Roger Walker
- Birth name: Henry Arnold Lawrence
- Date of birth: 18 September 1846
- Place of birth: Bury. England
- Date of death: 11 November 1919 (aged 73)
- Place of death: Reading, England

Rugby union career
- Position(s): Forward

Senior career
- Years: Team / Apps / (Points)
- Manchester Rugby Club /  / ()

International career
- Years: Team / Apps / (Points)
- 1874-1880: England / 5 / (0)

= Roger Walker (rugby union) =

England international rugby union footballer and cricketer

Roger Walker (18 September 1846 – 11 November 1919) was a rugby union forward who played club rugby for Manchester Rugby Club and international rugby for England. Walker later became the President of the Rugby Football Union, and in that role accompanied the British Isles team on their 1896 tour of South Africa.

Walker was also a notable cricketer, playing in two first-class matches for Lancashire.

==Rugby career==
Walker came to note as a rugby player during the early history of the sport, playing club rugby for Manchester. In 1874, Walker was selected to play for the England national team, in a game against Scotland, only the fourth international rugby game to be played. In the days before forward positional play, Walker was classed simply as a forward, as part of the twenty man team. England won 1-0, thanks to a dropped goal from Freeman. The next year, Walker was back in the England team, this time in the very first international match for Ireland. Played at the Kensington Oval in London, England won two - nil. Walker played in three more international, all against Scotland, in 1876, 1879 and 1880. England won the 1876 encounter, drew the 1879 game, which was the first contest for the Calcutta Cup; and won the 1880 match. Walker finished his international career with four wins, a draw and no losses.

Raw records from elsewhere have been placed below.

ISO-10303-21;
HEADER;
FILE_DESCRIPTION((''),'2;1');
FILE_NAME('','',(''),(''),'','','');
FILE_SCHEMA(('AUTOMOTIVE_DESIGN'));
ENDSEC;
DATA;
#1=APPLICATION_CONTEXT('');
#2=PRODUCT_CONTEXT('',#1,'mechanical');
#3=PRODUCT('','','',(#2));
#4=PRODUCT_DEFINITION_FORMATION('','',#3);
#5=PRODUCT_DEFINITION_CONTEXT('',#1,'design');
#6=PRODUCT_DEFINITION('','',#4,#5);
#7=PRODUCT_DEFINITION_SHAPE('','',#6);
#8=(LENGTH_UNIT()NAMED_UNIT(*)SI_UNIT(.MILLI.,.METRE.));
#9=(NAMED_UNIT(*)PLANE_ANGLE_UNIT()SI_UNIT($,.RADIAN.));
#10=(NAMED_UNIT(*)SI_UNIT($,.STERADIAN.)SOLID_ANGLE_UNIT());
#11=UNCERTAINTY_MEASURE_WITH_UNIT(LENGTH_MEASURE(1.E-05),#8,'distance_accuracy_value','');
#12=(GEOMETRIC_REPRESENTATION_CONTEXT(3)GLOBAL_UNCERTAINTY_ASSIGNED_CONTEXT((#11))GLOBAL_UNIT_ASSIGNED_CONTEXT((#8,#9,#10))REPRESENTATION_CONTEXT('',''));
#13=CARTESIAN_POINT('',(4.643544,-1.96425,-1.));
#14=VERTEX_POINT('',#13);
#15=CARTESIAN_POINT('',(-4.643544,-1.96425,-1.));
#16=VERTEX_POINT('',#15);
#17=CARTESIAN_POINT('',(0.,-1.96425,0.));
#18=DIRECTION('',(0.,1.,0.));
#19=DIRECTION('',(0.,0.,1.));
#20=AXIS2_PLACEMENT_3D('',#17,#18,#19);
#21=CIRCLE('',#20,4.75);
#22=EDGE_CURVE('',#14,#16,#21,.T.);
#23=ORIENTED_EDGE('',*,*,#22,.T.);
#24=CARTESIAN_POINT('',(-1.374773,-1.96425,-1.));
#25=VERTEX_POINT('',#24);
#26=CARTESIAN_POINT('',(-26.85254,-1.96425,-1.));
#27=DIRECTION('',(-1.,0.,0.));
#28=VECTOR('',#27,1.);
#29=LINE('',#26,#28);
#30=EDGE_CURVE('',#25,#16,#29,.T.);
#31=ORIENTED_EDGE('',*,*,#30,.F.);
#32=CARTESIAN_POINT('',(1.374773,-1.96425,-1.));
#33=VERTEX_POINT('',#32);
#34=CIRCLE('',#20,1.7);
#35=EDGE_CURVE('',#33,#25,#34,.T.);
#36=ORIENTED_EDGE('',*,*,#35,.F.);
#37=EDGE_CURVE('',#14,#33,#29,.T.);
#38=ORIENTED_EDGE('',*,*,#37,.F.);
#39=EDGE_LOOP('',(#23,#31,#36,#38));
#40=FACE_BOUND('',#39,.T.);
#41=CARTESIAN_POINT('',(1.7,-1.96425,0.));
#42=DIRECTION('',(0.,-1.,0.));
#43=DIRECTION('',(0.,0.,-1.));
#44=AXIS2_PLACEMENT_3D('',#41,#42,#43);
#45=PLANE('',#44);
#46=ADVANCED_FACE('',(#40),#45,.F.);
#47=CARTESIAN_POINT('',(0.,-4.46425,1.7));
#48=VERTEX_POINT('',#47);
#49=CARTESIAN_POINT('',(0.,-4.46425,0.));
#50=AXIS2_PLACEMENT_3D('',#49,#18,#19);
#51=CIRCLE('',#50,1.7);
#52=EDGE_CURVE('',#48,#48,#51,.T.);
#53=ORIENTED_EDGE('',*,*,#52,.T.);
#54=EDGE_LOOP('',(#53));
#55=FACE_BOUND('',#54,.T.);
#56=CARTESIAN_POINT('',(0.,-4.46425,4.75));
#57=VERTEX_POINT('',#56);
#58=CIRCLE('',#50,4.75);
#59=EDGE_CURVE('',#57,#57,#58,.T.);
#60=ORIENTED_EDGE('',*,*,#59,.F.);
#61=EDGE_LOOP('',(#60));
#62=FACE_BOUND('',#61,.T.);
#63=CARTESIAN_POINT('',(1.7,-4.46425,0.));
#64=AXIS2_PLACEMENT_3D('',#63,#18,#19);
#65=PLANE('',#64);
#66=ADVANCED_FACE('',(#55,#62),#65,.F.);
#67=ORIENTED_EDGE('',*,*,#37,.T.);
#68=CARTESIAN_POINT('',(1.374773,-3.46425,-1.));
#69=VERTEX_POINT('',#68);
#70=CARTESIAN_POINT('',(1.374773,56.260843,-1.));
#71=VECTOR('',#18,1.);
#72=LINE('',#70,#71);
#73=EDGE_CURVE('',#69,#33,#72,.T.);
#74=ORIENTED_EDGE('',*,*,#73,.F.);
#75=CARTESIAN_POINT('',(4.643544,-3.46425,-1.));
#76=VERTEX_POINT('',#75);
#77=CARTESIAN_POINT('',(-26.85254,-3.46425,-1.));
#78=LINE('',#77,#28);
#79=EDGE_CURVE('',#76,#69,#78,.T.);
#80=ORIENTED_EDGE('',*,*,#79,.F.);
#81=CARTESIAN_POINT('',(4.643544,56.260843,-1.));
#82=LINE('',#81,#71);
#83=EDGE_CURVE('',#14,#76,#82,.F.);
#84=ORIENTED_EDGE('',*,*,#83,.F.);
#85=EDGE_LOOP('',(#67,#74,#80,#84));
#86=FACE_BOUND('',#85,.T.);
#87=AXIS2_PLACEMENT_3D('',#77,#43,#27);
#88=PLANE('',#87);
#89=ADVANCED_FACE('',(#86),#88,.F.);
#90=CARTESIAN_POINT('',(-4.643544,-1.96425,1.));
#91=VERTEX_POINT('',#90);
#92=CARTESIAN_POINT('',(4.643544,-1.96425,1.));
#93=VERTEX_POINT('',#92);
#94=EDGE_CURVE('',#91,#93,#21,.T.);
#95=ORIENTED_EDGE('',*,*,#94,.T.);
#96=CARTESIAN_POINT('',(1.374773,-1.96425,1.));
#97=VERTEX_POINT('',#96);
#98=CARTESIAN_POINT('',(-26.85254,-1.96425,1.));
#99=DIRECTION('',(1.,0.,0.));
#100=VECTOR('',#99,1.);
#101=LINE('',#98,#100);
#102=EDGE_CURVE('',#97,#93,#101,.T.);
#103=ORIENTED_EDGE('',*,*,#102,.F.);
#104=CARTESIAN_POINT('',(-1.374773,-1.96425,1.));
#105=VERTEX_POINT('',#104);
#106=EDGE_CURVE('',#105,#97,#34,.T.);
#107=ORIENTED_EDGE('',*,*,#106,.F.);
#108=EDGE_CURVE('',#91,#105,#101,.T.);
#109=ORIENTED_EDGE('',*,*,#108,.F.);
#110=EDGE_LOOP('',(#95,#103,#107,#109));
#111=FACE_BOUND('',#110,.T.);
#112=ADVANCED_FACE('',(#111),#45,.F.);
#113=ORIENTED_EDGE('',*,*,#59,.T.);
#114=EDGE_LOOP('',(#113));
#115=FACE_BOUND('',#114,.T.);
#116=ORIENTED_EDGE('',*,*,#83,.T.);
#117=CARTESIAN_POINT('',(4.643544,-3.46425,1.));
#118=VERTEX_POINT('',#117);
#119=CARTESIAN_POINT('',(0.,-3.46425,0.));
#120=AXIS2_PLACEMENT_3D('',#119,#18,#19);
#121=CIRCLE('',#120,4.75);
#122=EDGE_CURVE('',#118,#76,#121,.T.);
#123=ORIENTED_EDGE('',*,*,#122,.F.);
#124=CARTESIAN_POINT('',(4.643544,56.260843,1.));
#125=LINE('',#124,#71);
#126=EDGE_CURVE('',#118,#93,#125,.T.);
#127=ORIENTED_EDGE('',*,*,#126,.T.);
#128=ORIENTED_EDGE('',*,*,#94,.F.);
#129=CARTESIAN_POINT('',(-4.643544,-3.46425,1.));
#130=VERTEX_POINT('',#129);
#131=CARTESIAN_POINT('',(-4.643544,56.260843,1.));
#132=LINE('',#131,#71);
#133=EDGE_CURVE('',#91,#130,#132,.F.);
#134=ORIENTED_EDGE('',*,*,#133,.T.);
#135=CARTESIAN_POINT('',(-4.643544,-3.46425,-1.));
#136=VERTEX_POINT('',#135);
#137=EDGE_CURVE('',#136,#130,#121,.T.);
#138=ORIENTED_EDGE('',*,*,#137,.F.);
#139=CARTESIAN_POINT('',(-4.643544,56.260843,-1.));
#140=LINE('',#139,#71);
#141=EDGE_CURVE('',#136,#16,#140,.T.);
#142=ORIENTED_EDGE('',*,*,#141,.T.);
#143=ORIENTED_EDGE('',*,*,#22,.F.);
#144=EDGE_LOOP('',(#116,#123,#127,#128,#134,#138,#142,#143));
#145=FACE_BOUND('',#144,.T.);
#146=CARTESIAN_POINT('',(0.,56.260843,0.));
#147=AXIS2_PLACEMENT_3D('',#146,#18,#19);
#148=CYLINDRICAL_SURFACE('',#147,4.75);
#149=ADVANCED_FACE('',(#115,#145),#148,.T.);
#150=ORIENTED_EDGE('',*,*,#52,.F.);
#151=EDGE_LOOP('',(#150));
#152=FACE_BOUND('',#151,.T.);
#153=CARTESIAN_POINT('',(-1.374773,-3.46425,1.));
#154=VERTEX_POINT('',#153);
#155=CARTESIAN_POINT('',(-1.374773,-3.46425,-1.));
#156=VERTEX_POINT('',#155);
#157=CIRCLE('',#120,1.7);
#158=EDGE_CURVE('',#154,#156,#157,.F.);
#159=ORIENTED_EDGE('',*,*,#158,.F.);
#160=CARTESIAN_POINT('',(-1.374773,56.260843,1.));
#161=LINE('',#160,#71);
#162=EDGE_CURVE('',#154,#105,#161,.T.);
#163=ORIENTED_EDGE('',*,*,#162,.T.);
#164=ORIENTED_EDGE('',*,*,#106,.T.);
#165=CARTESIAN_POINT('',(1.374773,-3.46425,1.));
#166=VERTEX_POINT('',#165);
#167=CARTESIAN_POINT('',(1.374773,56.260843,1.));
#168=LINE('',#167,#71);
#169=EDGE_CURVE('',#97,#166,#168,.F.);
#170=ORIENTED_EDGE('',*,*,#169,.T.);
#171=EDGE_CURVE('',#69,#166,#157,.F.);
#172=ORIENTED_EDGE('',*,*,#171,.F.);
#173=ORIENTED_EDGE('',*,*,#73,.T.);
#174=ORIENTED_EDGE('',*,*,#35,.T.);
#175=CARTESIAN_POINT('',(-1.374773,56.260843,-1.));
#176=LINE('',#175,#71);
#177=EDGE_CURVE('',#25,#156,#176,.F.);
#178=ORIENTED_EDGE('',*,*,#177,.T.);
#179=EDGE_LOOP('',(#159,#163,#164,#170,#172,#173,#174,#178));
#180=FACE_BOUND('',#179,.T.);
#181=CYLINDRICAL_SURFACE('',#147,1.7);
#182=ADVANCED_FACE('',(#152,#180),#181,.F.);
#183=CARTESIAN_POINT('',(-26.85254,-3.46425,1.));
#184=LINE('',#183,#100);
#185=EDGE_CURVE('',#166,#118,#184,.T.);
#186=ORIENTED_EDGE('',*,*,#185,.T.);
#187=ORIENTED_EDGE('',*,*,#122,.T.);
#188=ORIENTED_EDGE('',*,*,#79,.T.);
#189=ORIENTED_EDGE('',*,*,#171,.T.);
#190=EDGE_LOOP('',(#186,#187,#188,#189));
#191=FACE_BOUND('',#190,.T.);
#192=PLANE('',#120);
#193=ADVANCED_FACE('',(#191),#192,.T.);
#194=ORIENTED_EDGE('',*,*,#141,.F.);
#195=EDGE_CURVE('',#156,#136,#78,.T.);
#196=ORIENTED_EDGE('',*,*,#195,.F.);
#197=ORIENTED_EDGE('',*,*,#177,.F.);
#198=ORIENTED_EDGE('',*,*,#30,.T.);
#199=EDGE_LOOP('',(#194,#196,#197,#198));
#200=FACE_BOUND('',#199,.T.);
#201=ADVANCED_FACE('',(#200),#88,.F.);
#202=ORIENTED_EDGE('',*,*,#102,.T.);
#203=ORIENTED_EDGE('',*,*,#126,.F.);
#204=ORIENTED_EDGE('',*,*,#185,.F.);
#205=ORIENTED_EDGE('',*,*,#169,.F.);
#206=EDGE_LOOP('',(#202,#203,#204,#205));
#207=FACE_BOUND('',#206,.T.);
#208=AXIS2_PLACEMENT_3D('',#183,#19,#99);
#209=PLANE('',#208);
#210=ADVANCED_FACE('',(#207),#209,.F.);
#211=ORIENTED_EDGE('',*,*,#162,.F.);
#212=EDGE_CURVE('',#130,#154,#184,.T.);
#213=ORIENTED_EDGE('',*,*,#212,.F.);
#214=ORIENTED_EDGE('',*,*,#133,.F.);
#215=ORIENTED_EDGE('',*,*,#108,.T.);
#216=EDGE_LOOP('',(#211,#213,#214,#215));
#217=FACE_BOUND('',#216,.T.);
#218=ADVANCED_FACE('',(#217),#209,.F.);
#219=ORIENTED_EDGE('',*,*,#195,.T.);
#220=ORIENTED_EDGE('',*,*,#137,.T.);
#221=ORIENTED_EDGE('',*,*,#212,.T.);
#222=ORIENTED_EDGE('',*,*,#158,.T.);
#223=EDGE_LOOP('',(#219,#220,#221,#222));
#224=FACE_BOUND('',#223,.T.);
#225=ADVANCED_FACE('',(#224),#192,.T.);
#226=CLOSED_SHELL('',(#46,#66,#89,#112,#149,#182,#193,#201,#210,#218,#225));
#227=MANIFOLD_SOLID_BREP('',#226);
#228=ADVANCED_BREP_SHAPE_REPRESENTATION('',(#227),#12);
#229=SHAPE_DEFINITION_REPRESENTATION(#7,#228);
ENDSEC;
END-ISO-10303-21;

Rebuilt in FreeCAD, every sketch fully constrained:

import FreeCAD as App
import Part
import Sketcher

V = App.Vector


def add_polygon(sketch, points):
    """Adds a closed chain of lines whose ends are joined by coincident constraints."""
    first, n = sketch.GeometryCount, len(points)
    for a, b in zip(points, points[1:] + points[:1]):
        sketch.addGeometry(Part.LineSegment(App.Vector(*a, 0), App.Vector(*b, 0)), False)
    for i in range(n):
        sketch.addConstraint(Sketcher.Constraint("Coincident", first + i, 2, first + (i + 1) % n, 1))

doc = App.newDocument("Part")
body = doc.addObject("PartDesign::Body", "Body")

sketch1 = doc.addObject("Sketcher::SketchObject", "Sketch")
body.addObject(sketch1)
sketch1.AttachmentSupport = (doc.XY_Plane, [""])
sketch1.MapMode = "FlatFace"
add_polygon(sketch1, [(1.7, -2), (1.7, -4.5), (4.8, -4.5), (4.8, -2)])
sketch1.addConstraint(Sketcher.Constraint("Vertical", 0))
sketch1.addConstraint(Sketcher.Constraint("Horizontal", 1))
sketch1.addConstraint(Sketcher.Constraint("Vertical", 2))
sketch1.addConstraint(Sketcher.Constraint("Horizontal", 3))
sketch1.addConstraint(Sketcher.Constraint("DistanceY", 0, 2, 0, 1, 2.5))
sketch1.addConstraint(Sketcher.Constraint("DistanceX", 1, 1, 1, 2, 3.05))
sketch1.addConstraint(Sketcher.Constraint("DistanceX", -1, 1, 0, 2, 1.7))
sketch1.addConstraint(Sketcher.Constraint("DistanceY", 0, 2, -1, 1, 4.46425))
revolution = doc.addObject("PartDesign::Revolution", "Revolution")
body.addObject(revolution)
revolution.Profile = sketch1
revolution.ReferenceAxis = (sketch1, ["V_Axis"])
revolution.Angle = 360

sketch2 = doc.addObject("Sketcher::SketchObject", "Sketch001")
body.addObject(sketch2)
sketch2.AttachmentSupport = (doc.XZ_Plane, [""])
sketch2.MapMode = "FlatFace"
sketch2.AttachmentOffset = App.Placement(V(0, 0, 1.96425), App.Rotation())
add_polygon(sketch2, [(-26.9, -1), (-26.9, 1), (26.9, 1), (26.9, -1)])
sketch2.addConstraint(Sketcher.Constraint("Vertical", 0))
sketch2.addConstraint(Sketcher.Constraint("Horizontal", 1))
sketch2.addConstraint(Sketcher.Constraint("Vertical", 2))
sketch2.addConstraint(Sketcher.Constraint("Horizontal", 3))
sketch2.addConstraint(Sketcher.Constraint("Symmetric", 0, 2, 2, 2, -1, 1))
sketch2.addConstraint(Sketcher.Constraint("DistanceY", 0, 1, 0, 2, 2.0))
sketch2.addConstraint(Sketcher.Constraint("DistanceX", 1, 1, 1, 2, 53.705081))
pocket1 = doc.addObject("PartDesign::Pocket", "Pocket")
body.addObject(pocket1)
pocket1.Profile = sketch2
pocket1.Length = 1.5
pocket1.Reversed = True

doc.recompute()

With his international career behind him, Walker continued his association with the sport of rugby by becoming the President of the Rugby Football Union, the national union of rugby in England. In 1896 he travelled with the British Isles, in the role as team manager. The tour, the second undertaken in South Africa, was a success for the tourists, winning three of the four Test matches against the South African national team. In 1898, Walker was central in creating Reading R.F.C., along with G Rowland-Hill and G.R. Joyce.

==Cricket career==
Walker played club cricket for several cricket teams between 1864 and 1901, including Gentlemen of Lancashire, Manchester Cricket Club, Bury Cricket Club and Marylebone Cricket Club. He played in two first-class cricket matches, both for Lancashire, against Darbyshire in 1874 and Marylebone in 1875. A right-handed batsman, Walker ended his first-class career with 27 runs from four innings, and as a wicket-keeper in the field he did not record any bowling figures.

=="The Rugby Match"==
In William Barnes Wollen's painting "The Rugby Match", featuring Yorkshire's 11-3 victory over Lancashire during the 1893/94 season, a painting that is now held at the Rugby Football Union headquarters in the Twickenham Stadium, Alf Barraclough can be seen being tackled, and passing the ball to Jack Toothill, with Tommy Dobson on the outside, Roger Walker can be seen in the crowd, he is the seventh person to the right of Tommy Dobson's head.